Un homme et sa fille vivent paisiblement dans une ferme isolée des steppes kazakhes. Alors que deux garçons, un Moscovite et un Kazakh, se disputent le cœur de la jeune fille, une menace sourde se fait sentir…

Et alors ?

Dès le premier plan du film, on est surpris par le sens du cadrage d’Alexander Kott. Et jusqu’au bout de l’histoire, la réalisation tient ses promesses et on resent le passé de photographe du réalisateur russe, né à Moscou en 1973 et qui s’est tourné, à 21 ans, vers le cinéma après avoir obtenu le diplôme de l’Institut national russe de la cinématographie.  Avec ce troisième long métrage, il tente un sacré pari : raconter une histoire sans avoir recours au dialogue. Pari réussi tant le travail sur la bande son est abouti. Commentaires du réalisateur : « Tous les bruits ont été extrêmement travaillés et postsynchronisés en studio. Le bruit du vent, par exemple, est compliqué à rendre artificiellement : nous avons enregistré quantité de vents durant le tournage et nous nous sommes servis dans les bandes au moment du montage. Je voulais que la musique du film naisse du vent pour s’y fondre à nouveau à la fin du morceau. J’ai fait appel à Alexeï Aïgui, violoniste et formidable compositeur, qui se produit et travaille en France. Il a réussi à composer une musique d’une grande qualité artistique malgré nos contraintes économiques. »

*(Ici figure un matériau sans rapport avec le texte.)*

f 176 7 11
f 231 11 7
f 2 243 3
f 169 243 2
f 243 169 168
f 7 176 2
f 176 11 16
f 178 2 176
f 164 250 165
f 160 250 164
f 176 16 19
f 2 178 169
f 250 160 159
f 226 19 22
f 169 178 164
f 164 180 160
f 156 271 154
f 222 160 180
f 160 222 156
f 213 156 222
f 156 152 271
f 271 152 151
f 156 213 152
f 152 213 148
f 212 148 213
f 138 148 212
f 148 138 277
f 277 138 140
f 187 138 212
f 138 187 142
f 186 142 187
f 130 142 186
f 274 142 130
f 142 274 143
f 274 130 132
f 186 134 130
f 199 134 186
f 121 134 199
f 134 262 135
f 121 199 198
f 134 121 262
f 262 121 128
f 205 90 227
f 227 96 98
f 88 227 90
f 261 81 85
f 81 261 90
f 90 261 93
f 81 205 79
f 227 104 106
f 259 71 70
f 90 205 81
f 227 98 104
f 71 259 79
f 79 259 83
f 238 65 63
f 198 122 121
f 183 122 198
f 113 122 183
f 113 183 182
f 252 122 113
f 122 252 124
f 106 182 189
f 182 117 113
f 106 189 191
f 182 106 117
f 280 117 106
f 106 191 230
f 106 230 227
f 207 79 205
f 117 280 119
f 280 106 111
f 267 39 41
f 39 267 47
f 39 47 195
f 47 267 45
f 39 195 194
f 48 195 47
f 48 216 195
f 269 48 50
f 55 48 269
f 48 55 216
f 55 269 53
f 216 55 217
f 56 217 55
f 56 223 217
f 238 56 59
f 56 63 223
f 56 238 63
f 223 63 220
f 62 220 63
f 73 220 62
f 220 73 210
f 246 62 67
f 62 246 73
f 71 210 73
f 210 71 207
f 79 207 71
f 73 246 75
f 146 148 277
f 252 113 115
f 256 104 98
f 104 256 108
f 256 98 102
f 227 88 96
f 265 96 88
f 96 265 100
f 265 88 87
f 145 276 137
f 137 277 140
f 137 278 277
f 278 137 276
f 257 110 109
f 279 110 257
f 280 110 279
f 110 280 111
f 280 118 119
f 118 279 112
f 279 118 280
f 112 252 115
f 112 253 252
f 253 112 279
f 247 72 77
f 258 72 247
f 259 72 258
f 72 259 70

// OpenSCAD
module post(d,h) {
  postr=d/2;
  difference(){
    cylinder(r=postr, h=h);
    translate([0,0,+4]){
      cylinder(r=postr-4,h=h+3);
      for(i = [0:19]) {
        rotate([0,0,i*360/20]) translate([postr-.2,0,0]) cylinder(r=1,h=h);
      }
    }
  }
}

IMG_5711Si le réalisateur a imaginé une étrange d’histoire d’amour sans paroles entre cette jeune paysanne – qui vit dans une ferme isolée de la steppe avec son père – et deux jeunes garçons, le thème n’est pas gratuit et permet au cinéaste d’évoquer par petites touches – l’irruption nocturne de soldats qui contrôlent son père sous une pluie battante; un horizon barré par des barbelés ou une colonne d’inquiétants véhicules militaires – une histoire longtemps tenue sous silence : celle des essais nucléaires que les autorités soviétiques ont faites, entre 1949 et 1989, au nord-est du Kazakhstan. 456 essais au total eurent lieu dans ces steppes qui ont subi un niveau d’irradiation comparable à celui de Tchernobyl mais pendant quarante ans ! Pour les militaires russes, c’était l’occasion de voir l’effet du souffle atomique sur champs, maisons et habitants.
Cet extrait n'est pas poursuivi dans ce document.